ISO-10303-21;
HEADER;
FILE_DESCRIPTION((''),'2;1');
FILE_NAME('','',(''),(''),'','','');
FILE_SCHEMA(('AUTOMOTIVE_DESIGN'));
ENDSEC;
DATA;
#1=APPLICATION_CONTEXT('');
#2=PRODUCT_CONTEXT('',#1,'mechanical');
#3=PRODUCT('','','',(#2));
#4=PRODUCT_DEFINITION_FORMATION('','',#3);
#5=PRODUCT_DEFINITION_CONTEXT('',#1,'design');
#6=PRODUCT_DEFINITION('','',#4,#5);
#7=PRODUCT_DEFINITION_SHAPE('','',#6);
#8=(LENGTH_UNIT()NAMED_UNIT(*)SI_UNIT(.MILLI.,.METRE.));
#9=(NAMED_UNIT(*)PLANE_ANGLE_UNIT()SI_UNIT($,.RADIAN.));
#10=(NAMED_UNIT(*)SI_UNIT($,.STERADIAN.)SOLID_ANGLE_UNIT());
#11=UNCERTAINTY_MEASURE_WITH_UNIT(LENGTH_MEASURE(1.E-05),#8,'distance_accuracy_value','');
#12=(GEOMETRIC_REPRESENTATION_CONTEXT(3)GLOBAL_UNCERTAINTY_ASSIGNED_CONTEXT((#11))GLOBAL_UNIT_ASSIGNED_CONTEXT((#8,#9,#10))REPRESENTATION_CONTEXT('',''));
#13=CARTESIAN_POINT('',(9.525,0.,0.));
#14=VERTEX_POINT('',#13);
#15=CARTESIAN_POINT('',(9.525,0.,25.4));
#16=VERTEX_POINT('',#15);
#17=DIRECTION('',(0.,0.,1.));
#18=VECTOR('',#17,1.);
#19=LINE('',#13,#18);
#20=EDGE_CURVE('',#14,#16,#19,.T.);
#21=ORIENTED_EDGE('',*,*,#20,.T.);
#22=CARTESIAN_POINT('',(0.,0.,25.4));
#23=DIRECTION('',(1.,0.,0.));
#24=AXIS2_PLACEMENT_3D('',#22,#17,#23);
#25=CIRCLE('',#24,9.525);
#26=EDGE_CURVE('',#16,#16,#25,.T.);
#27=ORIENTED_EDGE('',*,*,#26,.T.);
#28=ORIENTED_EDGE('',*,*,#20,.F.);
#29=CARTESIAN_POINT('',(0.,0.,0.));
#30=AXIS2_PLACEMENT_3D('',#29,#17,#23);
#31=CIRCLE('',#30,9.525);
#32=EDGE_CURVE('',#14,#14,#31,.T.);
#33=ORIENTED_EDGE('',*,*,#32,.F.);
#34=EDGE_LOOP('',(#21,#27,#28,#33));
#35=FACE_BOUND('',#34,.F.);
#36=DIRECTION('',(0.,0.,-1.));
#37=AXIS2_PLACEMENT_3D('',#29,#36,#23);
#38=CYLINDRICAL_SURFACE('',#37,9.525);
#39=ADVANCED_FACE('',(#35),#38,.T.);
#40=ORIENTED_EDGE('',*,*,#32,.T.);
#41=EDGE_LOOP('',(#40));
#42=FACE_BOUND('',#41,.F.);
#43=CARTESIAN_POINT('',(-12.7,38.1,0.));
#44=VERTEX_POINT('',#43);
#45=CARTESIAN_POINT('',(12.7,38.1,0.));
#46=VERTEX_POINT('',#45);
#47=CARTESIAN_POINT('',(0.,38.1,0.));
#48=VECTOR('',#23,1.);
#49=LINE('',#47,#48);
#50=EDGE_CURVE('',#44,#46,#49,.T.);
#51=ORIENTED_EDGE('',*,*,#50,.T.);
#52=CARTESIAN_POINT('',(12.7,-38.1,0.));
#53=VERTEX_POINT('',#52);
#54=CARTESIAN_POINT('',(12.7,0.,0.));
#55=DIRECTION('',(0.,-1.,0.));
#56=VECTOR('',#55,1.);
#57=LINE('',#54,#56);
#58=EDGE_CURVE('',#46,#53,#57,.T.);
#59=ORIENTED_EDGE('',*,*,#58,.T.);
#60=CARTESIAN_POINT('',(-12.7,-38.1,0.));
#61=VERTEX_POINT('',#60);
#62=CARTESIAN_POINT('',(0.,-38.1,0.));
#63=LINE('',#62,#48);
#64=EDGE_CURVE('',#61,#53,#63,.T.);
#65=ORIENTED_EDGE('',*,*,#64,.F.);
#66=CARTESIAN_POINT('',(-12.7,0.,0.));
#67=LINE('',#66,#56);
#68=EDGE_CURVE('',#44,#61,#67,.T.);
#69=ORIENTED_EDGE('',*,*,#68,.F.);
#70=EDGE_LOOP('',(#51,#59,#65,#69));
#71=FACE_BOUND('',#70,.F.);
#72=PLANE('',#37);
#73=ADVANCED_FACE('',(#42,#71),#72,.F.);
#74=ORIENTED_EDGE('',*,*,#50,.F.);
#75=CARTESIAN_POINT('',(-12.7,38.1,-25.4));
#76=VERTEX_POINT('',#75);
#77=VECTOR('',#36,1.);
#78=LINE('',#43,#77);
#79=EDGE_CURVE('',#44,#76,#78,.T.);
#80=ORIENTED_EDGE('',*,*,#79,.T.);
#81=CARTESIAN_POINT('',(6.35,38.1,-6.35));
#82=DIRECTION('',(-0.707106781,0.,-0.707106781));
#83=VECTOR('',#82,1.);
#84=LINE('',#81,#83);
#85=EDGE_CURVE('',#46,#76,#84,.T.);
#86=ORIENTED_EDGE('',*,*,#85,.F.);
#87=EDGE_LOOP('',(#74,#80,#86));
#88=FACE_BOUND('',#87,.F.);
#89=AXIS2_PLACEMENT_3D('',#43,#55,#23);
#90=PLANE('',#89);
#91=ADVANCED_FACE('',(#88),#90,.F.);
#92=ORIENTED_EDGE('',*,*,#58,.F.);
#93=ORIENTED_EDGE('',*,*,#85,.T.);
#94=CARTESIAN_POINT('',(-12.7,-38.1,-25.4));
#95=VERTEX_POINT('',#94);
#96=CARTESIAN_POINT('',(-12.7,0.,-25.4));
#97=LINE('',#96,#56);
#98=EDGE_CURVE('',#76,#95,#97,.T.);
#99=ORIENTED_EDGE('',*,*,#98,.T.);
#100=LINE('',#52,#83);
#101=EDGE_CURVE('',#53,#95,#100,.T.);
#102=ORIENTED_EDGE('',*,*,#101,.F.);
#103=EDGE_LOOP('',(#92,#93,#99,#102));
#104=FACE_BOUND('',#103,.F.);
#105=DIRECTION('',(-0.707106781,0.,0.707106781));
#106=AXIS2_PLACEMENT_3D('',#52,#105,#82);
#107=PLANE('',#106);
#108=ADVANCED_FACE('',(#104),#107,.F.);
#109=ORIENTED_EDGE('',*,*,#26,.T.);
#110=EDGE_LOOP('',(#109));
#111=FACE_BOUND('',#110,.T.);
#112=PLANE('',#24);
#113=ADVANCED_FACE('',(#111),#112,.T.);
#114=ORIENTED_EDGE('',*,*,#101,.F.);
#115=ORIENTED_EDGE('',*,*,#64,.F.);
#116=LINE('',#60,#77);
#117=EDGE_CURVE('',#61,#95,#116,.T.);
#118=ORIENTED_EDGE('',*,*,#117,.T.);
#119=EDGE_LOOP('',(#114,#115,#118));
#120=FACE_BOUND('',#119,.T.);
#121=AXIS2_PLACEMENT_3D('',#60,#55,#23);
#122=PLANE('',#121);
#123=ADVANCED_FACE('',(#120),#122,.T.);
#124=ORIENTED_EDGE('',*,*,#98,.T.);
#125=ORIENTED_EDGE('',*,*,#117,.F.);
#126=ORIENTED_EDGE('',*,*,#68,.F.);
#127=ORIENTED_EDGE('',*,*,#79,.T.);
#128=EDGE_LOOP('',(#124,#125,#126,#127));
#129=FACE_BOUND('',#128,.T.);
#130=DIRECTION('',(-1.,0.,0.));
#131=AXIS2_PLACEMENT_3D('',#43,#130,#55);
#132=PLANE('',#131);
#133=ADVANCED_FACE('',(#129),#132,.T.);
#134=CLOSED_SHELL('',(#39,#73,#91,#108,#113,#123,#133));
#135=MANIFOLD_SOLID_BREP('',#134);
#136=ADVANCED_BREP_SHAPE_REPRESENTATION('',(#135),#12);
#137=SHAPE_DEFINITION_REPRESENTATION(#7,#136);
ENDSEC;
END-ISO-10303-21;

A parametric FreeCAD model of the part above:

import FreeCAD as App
import Part
import Sketcher
Q = App.Units.Quantity


def add_polygon(sketch, points):
    """Adds a closed chain of lines whose ends are joined by coincident constraints."""
    first, n = sketch.GeometryCount, len(points)
    for a, b in zip(points, points[1:] + points[:1]):
        sketch.addGeometry(Part.LineSegment(App.Vector(*a, 0), App.Vector(*b, 0)), False)
    for i in range(n):
        sketch.addConstraint(Sketcher.Constraint("Coincident", first + i, 2, first + (i + 1) % n, 1))

doc = App.newDocument("Part")
params = doc.addObject("Spreadsheet::Sheet", "Params")
for row, (alias, value) in enumerate([
    ("sketch1_diameter", "0.75 in"),
    ("pad1_length", "1 in"),
    ("sketch2_width", "1 in"),
    ("sketch2_height", "3 in"),
    ("pad2_length", "1 in"),
    ("sketch3_width", "1 in"),
], start=1):
    params.set(f"A{row}", alias)
    params.set(f"B{row}", "=" + value)
    params.setAlias(f"B{row}", alias)

body = doc.addObject("PartDesign::Body", "Body")

sketch1 = doc.addObject("Sketcher::SketchObject", "Sketch")
body.addObject(sketch1)
sketch1.AttachmentSupport = (doc.XY_Plane, [""])
sketch1.MapMode = "FlatFace"
sketch1.addGeometry(Part.Circle(App.Vector(0, 0, 0), App.Vector(0, 0, 1), 10), False)
sketch1.addConstraint([
    Sketcher.Constraint("Coincident", 0, 3, -1, 1),
    Sketcher.Constraint("Diameter", 0, Q("0.75 in")),
])
sketch1.setExpression("Constraints[1]", "Params.sketch1_diameter")
pad1 = doc.addObject("PartDesign::Pad", "Pad")
body.addObject(pad1)
pad1.Profile = sketch1
pad1.setExpression("Length", "Params.pad1_length")

sketch2 = doc.addObject("Sketcher::SketchObject", "Sketch001")
body.addObject(sketch2)
sketch2.AttachmentSupport = (doc.XY_Plane, [""])
sketch2.MapMode = "FlatFace"
add_polygon(sketch2, [(-13, -38), (-13, 38), (13, 38), (13, -38)])
sketch2.addConstraint([
    Sketcher.Constraint("Vertical", 0),
    Sketcher.Constraint("Horizontal", 1),
    Sketcher.Constraint("Vertical", 2),
    Sketcher.Constraint("Horizontal", 3),
    Sketcher.Constraint("Symmetric", 0, 2, 2, 2, -1, 1),
    Sketcher.Constraint("DistanceX", 1, 1, 1, 2, Q("1 in")),
    Sketcher.Constraint("DistanceY", 0, 1, 0, 2, Q("3 in")),
])
sketch2.setExpression("Constraints[9]", "Params.sketch2_width")
sketch2.setExpression("Constraints[10]", "Params.sketch2_height")
pad2 = doc.addObject("PartDesign::Pad", "Pad001")
body.addObject(pad2)
pad2.Profile = sketch2
pad2.setExpression("Length", "Params.pad2_length")
pad2.Reversed = True

sketch3 = doc.addObject("Sketcher::SketchObject", "Sketch002")
body.addObject(sketch3)
sketch3.AttachmentSupport = (doc.XZ_Plane, [""])
sketch3.MapMode = "FlatFace"
sketch3.AttachmentOffset = App.Placement(App.Vector(0, 0, 1.5 * 25.4), App.Rotation())
add_polygon(sketch3, [(13, -25), (13, 0), (-13, -25)])
sketch3.addConstraint([
    Sketcher.Constraint("Vertical", 0),
    Sketcher.Constraint("Horizontal", 2),
    Sketcher.Constraint("PointOnObject", 0, 2, -1),
    Sketcher.Constraint("Equal", 2, 0),
    Sketcher.Constraint("DistanceX", 2, 1, 2, 2, Q("1 in")),
    Sketcher.Constraint("DistanceX", -1, 1, 0, 2, Q("0.5 in")),
])
sketch3.setExpression("Constraints[7]", "Params.sketch3_width")
pocket1 = doc.addObject("PartDesign::Pocket", "Pocket")
body.addObject(pocket1)
pocket1.Profile = sketch3
pocket1.Type = "ThroughAll"

doc.recompute()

++++++++

Problem details: The required output is every line above from the one with "#72=PLANE('',#37);" down to the one with "#81=CARTESIAN_POINT('',(6.35,38.1,-6.35));", restated word for word, ends included.

Output of the exercise:
#72=PLANE('',#37);
#73=ADVANCED_FACE('',(#42,#71),#72,.F.);
#74=ORIENTED_EDGE('',*,*,#50,.F.);
#75=CARTESIAN_POINT('',(-12.7,38.1,-25.4));
#76=VERTEX_POINT('',#75);
#77=VECTOR('',#36,1.);
#78=LINE('',#43,#77);
#79=EDGE_CURVE('',#44,#76,#78,.T.);
#80=ORIENTED_EDGE('',*,*,#79,.T.);
#81=CARTESIAN_POINT('',(6.35,38.1,-6.35));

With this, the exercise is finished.